So at the moment, long story short, I have 3 different 'grades' of somewhat purer stuff than what I started with. Obviously none of the 3 are what I would call pure gold flakes but if this is indeed gold and not mica/fool's gold/pyrite flakes or dust, it accounts for a strong percentage of each of my 3 different weight categories of flakes/dust. 


I will take some pictures of each of my 3 end products to see what you guys think. Is there any particular lightsource I should use that would help to better differentiate it from pyrite? As in no flash, under bright incandescent light, fluorescent light, etc?


----------



## patnor1011 (Feb 16, 2012)

Do you have stannous?


----------



## electric (Feb 17, 2012)

^no, I do not have nor have access to any chemicals, yet. I'm in Canada so I'm going to assume that obtaining some of the common chemicals is going to be a pain in the arse. 


first two pics are of the 'heavy' stuff from container #1, there's a fair bit more of it but I put a pinch in some water to show it's reflectiveness better. There is one picture with flash and one without. 
3rd pic is container #2 which is where the bulk of it ended up staying. (medium weight stuff)
last two pics are of the paper filters and what kind of stuff they caught. (the "lightest" stuff)

I could surely keep separating the stuff in the same manner and end up with 5 or more weight grades but this was done really quickly. 

What do the experts think? I don't know how accurately the color is being represented as I was taking the pictures under big incandescent vanity bulbs over the bathroom mirror, plus the flash could be throwing it off. It doesn't 'glitter' like I've been reading the pyrite does. But it also does not appear as 'yellow' as some picture of gold flakes/dust I've seen.

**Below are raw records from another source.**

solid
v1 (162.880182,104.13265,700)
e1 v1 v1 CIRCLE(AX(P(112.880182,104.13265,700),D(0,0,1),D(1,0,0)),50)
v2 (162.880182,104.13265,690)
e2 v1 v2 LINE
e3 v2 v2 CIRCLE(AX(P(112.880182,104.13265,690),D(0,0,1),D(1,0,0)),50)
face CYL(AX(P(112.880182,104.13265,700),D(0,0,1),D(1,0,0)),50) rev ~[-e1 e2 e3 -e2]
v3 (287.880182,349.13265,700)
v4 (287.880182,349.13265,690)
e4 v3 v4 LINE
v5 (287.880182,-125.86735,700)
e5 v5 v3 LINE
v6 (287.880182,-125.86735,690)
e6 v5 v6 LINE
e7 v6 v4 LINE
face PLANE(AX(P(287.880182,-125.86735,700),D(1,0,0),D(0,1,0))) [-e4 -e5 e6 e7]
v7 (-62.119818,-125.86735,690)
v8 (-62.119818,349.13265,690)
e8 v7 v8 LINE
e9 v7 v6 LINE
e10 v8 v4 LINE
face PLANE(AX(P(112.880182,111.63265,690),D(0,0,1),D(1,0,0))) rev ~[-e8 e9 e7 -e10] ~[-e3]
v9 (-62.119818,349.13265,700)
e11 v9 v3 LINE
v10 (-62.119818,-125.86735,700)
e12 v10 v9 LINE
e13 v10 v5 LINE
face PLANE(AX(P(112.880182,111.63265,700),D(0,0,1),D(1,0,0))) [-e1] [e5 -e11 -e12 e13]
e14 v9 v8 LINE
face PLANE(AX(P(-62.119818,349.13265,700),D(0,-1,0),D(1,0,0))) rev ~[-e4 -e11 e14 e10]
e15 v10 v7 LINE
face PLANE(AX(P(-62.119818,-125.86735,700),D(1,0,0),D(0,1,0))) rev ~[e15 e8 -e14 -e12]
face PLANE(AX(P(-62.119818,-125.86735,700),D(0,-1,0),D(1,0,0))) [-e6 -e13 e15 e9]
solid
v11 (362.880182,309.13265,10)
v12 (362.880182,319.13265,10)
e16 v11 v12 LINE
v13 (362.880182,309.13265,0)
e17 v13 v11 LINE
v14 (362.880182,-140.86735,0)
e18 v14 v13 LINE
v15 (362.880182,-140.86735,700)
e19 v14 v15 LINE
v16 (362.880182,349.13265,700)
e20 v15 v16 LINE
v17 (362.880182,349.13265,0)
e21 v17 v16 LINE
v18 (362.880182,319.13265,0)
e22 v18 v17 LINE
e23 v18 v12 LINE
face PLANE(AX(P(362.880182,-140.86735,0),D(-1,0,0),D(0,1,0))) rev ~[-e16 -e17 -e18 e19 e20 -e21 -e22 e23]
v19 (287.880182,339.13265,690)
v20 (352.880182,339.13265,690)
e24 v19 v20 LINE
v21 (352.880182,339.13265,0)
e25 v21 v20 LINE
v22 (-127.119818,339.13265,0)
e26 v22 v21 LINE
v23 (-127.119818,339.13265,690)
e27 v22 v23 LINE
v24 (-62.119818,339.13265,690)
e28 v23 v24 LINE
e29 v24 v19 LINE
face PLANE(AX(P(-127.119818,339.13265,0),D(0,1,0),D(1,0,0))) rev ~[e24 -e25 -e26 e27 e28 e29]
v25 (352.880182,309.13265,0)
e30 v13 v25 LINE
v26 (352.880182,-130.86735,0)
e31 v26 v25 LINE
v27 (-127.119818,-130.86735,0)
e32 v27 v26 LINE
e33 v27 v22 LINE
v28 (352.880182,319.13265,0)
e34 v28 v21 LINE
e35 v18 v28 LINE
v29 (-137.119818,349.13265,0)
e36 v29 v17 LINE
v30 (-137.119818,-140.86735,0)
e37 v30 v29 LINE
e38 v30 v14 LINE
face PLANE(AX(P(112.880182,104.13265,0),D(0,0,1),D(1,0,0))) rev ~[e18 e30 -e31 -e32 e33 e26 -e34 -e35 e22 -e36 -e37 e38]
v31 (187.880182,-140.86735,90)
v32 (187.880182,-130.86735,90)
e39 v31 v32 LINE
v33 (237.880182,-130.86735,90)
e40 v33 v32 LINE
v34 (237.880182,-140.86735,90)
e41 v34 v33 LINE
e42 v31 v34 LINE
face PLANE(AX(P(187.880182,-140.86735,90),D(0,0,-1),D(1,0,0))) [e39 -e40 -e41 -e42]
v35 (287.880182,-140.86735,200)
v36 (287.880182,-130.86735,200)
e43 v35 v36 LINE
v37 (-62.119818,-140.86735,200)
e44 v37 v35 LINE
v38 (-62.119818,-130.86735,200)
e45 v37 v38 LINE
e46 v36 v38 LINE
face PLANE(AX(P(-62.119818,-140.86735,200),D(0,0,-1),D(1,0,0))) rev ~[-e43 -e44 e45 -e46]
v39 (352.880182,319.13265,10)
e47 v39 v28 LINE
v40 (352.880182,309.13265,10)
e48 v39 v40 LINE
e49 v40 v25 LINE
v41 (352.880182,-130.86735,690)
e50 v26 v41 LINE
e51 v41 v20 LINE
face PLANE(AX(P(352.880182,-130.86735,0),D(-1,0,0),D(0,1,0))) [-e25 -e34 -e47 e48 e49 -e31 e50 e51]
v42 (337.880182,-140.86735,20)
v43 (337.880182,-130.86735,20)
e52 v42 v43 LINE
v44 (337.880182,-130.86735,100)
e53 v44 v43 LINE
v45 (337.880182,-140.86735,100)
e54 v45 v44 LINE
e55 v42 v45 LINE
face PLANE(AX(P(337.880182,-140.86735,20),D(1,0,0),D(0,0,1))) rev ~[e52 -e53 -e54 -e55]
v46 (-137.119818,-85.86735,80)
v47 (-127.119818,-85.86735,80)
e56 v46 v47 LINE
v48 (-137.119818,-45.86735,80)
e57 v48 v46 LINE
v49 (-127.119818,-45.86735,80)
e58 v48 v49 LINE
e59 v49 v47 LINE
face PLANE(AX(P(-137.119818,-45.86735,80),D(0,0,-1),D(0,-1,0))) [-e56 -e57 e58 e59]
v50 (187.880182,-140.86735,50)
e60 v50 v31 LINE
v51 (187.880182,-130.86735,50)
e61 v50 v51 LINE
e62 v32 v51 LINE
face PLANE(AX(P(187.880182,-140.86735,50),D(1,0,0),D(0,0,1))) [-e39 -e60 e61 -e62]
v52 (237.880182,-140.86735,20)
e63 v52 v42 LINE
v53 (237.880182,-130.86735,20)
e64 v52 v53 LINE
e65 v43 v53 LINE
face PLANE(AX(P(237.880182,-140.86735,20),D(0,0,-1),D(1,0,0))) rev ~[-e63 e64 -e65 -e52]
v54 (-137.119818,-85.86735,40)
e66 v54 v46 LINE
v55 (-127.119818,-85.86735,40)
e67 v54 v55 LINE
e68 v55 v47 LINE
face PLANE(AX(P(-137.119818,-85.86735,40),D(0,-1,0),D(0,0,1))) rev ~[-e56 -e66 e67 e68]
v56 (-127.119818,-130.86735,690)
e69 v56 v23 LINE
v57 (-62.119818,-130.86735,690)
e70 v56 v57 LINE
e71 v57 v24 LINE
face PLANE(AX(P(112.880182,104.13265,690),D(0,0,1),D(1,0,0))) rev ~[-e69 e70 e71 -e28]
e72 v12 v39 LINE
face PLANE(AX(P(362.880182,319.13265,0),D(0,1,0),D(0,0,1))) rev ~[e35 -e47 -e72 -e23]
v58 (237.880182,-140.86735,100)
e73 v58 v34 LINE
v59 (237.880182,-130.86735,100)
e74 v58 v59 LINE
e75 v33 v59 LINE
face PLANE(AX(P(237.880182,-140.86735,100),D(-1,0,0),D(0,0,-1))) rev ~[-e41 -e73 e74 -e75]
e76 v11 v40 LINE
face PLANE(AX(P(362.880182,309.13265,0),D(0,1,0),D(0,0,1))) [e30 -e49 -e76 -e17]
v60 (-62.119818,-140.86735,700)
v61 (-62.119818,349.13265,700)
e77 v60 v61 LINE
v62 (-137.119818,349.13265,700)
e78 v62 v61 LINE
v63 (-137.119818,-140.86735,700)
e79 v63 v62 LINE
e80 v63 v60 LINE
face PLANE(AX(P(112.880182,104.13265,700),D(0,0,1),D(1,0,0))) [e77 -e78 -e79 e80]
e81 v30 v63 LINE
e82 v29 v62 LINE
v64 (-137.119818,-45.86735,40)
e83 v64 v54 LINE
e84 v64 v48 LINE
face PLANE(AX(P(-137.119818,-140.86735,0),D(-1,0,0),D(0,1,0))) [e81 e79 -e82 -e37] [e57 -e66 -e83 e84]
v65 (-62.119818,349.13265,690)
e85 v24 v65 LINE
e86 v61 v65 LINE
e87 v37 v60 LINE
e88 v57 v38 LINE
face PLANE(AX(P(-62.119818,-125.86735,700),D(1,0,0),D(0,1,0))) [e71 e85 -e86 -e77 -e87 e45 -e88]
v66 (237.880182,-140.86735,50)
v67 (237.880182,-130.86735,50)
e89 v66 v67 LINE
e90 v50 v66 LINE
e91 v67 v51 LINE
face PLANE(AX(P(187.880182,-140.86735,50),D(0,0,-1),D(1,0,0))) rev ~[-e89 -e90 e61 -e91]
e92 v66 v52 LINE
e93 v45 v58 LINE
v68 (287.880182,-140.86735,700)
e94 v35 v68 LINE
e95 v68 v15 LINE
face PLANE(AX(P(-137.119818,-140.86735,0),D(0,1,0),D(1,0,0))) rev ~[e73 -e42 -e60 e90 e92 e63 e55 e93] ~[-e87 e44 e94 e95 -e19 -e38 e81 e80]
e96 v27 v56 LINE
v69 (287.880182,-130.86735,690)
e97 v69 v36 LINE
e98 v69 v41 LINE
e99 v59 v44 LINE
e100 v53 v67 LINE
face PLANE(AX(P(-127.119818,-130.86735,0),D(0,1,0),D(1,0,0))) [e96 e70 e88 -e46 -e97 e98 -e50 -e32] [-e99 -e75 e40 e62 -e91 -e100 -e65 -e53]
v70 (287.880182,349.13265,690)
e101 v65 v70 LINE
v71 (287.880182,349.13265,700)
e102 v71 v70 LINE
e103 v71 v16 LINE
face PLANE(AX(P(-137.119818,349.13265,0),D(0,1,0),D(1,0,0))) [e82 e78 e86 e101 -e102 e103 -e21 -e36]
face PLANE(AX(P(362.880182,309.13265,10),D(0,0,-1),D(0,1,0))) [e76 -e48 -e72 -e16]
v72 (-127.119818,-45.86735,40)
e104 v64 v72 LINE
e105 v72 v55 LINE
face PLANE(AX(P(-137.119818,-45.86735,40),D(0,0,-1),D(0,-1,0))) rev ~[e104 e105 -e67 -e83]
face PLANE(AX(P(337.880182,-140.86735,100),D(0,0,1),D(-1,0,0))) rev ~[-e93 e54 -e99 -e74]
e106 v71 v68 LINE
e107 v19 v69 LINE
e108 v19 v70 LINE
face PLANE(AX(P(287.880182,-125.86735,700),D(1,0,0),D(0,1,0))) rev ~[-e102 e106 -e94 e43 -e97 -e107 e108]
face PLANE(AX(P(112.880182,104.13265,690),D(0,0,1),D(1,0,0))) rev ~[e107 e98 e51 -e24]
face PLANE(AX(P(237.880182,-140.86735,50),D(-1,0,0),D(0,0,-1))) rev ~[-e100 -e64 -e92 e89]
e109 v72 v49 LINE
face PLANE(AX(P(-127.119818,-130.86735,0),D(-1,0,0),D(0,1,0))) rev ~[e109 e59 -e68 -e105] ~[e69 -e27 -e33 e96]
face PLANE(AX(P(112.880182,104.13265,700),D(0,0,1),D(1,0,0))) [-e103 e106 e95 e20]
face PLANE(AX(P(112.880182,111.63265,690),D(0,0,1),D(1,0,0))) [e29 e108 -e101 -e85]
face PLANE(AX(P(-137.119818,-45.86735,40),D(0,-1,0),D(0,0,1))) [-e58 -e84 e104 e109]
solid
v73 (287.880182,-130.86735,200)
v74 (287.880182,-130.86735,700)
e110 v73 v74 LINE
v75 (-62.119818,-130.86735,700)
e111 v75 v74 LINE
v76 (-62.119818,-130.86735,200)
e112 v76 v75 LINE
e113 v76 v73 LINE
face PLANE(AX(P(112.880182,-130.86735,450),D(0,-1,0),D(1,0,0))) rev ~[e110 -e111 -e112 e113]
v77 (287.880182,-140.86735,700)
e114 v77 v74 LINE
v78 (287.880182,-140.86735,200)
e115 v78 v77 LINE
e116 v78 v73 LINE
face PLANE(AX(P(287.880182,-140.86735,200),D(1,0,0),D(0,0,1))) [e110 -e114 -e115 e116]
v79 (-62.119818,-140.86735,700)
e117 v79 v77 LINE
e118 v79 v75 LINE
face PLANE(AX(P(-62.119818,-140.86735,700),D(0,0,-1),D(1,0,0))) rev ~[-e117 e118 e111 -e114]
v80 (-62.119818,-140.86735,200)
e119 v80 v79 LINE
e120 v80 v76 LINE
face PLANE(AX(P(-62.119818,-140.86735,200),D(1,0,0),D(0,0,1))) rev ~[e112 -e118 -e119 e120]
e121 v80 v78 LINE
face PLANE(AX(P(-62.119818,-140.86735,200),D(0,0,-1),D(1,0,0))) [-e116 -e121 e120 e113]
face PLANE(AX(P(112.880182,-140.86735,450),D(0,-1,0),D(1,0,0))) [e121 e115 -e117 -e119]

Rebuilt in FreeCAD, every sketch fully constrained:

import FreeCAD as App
import Part
import Sketcher
from FreeCAD import Vector


def add_polygon(sketch, points):
    """Adds a closed chain of lines whose ends are joined by coincident constraints."""
    first, n = sketch.GeometryCount, len(points)
    for a, b in zip(points, points[1:] + points[:1]):
        sketch.addGeometry(Part.LineSegment(App.Vector(*a, 0), App.Vector(*b, 0)), False)
    for i in range(n):
        sketch.addConstraint(Sketcher.Constraint("Coincident", first + i, 2, first + (i + 1) % n, 1))

doc = App.newDocument("Part")
body = doc.addObject("PartDesign::Body", "Body")

# Sketch on XY plane
sketch1 = body.newObject("Sketcher::SketchObject", "Sketch")
sketch1.AttachmentSupport = (doc.getObject("XY_Plane"), [""])
sketch1.MapMode = "FlatFace"
add_polygon(sketch1, [(-137.119818, 349.13265), (-137.119818, -140.86735), (362.880182, -140.86735), (362.880182, 349.13265)])  # lines 0-3
add_polygon(sketch1, [(352.880182, -130.86735), (-127.119818, -130.86735), (-127.119818, 339.13265), (352.880182, 339.13265)])  # lines 4-7
sketch1.addConstraint([
    Sketcher.Constraint("Vertical", 0),
    Sketcher.Constraint("Horizontal", 1),
    Sketcher.Constraint("Vertical", 2),
    Sketcher.Constraint("Horizontal", 3),
    Sketcher.Constraint("Horizontal", 4),
    Sketcher.Constraint("Vertical", 5),
    Sketcher.Constraint("Horizontal", 6),
    Sketcher.Constraint("Vertical", 7),
    Sketcher.Constraint("DistanceX", 1, 1, 1, 2, 500.0),
    Sketcher.Constraint("DistanceX", 4, 2, 4, 1, 480.0),
    Sketcher.Constraint("DistanceY", 0, 2, 0, 1, 490.0),
    Sketcher.Constraint("DistanceY", 5, 1, 5, 2, 470.0),
    Sketcher.Constraint("DistanceX", 0, 2, 4, 2, 10.0),
    Sketcher.Constraint("DistanceY", 0, 2, 4, 2, 10.0),
    Sketcher.Constraint("DistanceX", 0, 2, -1, 1, 137.119818),
    Sketcher.Constraint("DistanceY", 0, 2, -1, 1, 140.86735),
])
pad1 = body.newObject("PartDesign::Pad", "Pad")
pad1.Profile = sketch1
pad1.Length = 700

# Sketch on XY plane
sketch2 = body.newObject("Sketcher::SketchObject", "Sketch001")
sketch2.AttachmentSupport = (doc.getObject("XY_Plane"), [""])
sketch2.MapMode = "FlatFace"
sketch2.AttachmentOffset = App.Placement(Vector(0, 0, 700), App.Rotation())
add_polygon(sketch2, [(-127.119818, 339.13265), (-127.119818, -130.86735), (352.880182, -130.86735), (352.880182, 339.13265)])  # lines 0-3
sketch2.addConstraint([
    Sketcher.Constraint("Vertical", 0),
    Sketcher.Constraint("Horizontal", 1),
    Sketcher.Constraint("Vertical", 2),
    Sketcher.Constraint("Horizontal", 3),
    Sketcher.Constraint("DistanceX", 1, 1, 1, 2, 480.0),
    Sketcher.Constraint("DistanceY", 0, 2, 0, 1, 470.0),
    Sketcher.Constraint("DistanceX", 0, 2, -1, 1, 127.119818),
    Sketcher.Constraint("DistanceY", 0, 2, -1, 1, 130.86735),
])
pad2 = body.newObject("PartDesign::Pad", "Pad001")
pad2.Profile = sketch2
pad2.Length = 10
pad2.Reversed = True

It's just very 'gold' looking.


----------



## Geo (Feb 17, 2012)

well, it certainly looks good. use tweezers and catch the largest piece you can and flatten it with a hammer. this will tell you for sure whether its metal or not.


----------



## electric (Feb 17, 2012)

That's the problem though... there is not one piece that is significantly large enough to even do that with. Everything you see in those pictures is miniscule flake/dust like material. Any piece that I try to grab with tweezers from the 'big stuff' is still so small that it's kind of already flat. 

I attempted the test that Dr.Poe mentioned above but I did not succeed as I apparently need a smaller/finer pointed torch. I used a piece of hardwood charcoal (bbq stuff) that I bored a hole into with a flat head screwdriver and did as was instructed but the flame (even reduced as much as possible) was still too large and strong and started to burn away and crack the charcoal before any kind of metal melting could be seen. I just ended up with a burnt topping of baking soda and my concentrate was still in the same state underneath it. 

I'll try to grab a smaller butane type torch and a soft firebrick or ceramic blanket to try it again in the next few days. Either that or I'll say screw it and just order a goldhunter.net test kit or something.


edit; I noticed the views have went up quite a bit and no one has straight up said that it is pyrite yet... should I take that as a good sign or is it just too hard to tell by pictures most of the time?


----------



## Geo (Feb 17, 2012)

take a small sample (say 15-20 flakes) and put this in a test tube. add to this a few drops of hcl, then add a drop of bleach (household bleach) and shake. use a Q-tip and a drop of stannous chloride to test for gold. hcl is muriatic acid or brick cleaning acid. use this acid and some lead-free solder to make some stannous chloride.


----------



## electric (Feb 17, 2012)

I would in a heartbeat but as I mentioned above, I have none of this stuff on hand nor do I know where I could easily and quickly acquire it. (bleach aside)


----------



## Geo (Feb 17, 2012)

any reputable building supply should have muriatic acid or ace hardware. if all else fails, order enough from Ebay to test this because you cant know for sure without this test.


----------



## electric (Feb 17, 2012)

annnnnd of course homedepot.com brings up a gallon of hcl for 7$ and homedepot.ca (or any other canadian equivalent) brings up nothing...god i hate this country sometimes


----------



## qst42know (Feb 17, 2012)

Have you tried Lowes.ca?


----------



## electric (Feb 17, 2012)

yes but lowes in fairly new to this country and their website is garbage and pretty much emtpy. They don't seem set up yet for online selling.. 

so far my lead is that a pool/spa supply place should have it. 

edit; success... Out of all the similar big box stores it ended being easily found at one of our smaller cross country chains (home hardware) http://www.homehardware.ca/en/rec/index.htm/Paint-D%C3%A9cor/Surface-Preparation/Cleaners/ACID-MURIATIC-1L/_/N-ntmg1Z2pqfZ67l/Ne-67n/Ntk-All_EN/R-I1620838?Ntt=muriatic+acid

canada, muriatic acid, hcl, hydrochloric acid (search tags, hopefully this post helps someone in the future)


----------